Task prompt:
Give back only the lines from the one with "#384=ADVANCED_FACE('',(#381),#383,.F.);" through the last line of the data, exactly as they appear.

◆ ◆ ◆ ◆ ◆

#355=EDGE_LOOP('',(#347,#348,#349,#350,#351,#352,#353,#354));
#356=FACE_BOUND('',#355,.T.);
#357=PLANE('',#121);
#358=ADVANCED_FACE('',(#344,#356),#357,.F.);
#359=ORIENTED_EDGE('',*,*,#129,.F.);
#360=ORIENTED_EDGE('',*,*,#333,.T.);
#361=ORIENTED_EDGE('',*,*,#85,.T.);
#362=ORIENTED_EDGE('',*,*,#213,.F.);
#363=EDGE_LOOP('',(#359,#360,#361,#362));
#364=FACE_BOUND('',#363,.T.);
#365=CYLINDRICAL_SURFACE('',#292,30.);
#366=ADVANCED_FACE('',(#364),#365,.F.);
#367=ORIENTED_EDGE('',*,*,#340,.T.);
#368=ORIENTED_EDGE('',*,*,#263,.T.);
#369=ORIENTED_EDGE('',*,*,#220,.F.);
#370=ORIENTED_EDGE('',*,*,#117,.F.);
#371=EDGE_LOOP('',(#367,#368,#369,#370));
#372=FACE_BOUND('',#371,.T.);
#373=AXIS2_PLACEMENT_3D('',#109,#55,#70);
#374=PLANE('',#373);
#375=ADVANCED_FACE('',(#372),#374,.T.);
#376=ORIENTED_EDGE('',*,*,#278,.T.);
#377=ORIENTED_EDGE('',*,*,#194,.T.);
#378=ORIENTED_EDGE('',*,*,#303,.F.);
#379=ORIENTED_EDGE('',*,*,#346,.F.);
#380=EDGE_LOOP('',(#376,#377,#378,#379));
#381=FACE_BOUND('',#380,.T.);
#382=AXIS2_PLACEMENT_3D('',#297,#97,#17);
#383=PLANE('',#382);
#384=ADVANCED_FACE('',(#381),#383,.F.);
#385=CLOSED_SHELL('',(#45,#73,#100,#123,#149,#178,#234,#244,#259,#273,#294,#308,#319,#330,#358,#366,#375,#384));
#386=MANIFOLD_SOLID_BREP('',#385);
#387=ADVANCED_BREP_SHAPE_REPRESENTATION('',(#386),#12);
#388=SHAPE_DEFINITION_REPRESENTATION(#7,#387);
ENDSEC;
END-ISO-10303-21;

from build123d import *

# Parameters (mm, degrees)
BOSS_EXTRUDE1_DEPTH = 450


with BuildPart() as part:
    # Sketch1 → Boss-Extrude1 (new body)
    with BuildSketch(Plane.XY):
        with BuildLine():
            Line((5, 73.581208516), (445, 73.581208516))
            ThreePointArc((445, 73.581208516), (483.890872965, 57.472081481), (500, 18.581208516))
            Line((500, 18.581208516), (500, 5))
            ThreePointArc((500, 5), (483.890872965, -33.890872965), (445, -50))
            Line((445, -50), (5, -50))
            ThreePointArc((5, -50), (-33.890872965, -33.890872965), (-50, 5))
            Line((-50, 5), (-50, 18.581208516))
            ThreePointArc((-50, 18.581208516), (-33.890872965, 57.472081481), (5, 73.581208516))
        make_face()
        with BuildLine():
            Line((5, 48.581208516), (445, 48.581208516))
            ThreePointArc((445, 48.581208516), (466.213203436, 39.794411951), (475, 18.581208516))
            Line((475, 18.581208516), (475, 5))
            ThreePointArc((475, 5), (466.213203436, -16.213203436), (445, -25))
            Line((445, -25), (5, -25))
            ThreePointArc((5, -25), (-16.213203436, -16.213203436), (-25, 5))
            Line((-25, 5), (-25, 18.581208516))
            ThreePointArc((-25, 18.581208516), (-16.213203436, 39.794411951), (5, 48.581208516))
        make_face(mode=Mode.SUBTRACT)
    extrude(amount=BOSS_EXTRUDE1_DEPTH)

◆ ◆ ◆ ◆ ◆

Your solution:
#384=ADVANCED_FACE('',(#381),#383,.F.);
#385=CLOSED_SHELL('',(#45,#73,#100,#123,#149,#178,#234,#244,#259,#273,#294,#308,#319,#330,#358,#366,#375,#384));
#386=MANIFOLD_SOLID_BREP('',#385);
#387=ADVANCED_BREP_SHAPE_REPRESENTATION('',(#386),#12);
#388=SHAPE_DEFINITION_REPRESENTATION(#7,#387);
ENDSEC;
END-ISO-10303-21;

from build123d import *

# Parameters (mm, degrees)
BOSS_EXTRUDE1_DEPTH = 450


with BuildPart() as part:
    # Sketch1 → Boss-Extrude1 (new body)
    with BuildSketch(Plane.XY):
        with BuildLine():
            Line((5, 73.581208516), (445, 73.581208516))
            ThreePointArc((445, 73.581208516), (483.890872965, 57.472081481), (500, 18.581208516))
            Line((500, 18.581208516), (500, 5))
            ThreePointArc((500, 5), (483.890872965, -33.890872965), (445, -50))
            Line((445, -50), (5, -50))
            ThreePointArc((5, -50), (-33.890872965, -33.890872965), (-50, 5))
            Line((-50, 5), (-50, 18.581208516))
            ThreePointArc((-50, 18.581208516), (-33.890872965, 57.472081481), (5, 73.581208516))
        make_face()
        with BuildLine():
            Line((5, 48.581208516), (445, 48.581208516))
            ThreePointArc((445, 48.581208516), (466.213203436, 39.794411951), (475, 18.581208516))
            Line((475, 18.581208516), (475, 5))
            ThreePointArc((475, 5), (466.213203436, -16.213203436), (445, -25))
            Line((445, -25), (5, -25))
            ThreePointArc((5, -25), (-16.213203436, -16.213203436), (-25, 5))
            Line((-25, 5), (-25, 18.581208516))
            ThreePointArc((-25, 18.581208516), (-16.213203436, 39.794411951), (5, 48.581208516))
        make_face(mode=Mode.SUBTRACT)
    extrude(amount=BOSS_EXTRUDE1_DEPTH)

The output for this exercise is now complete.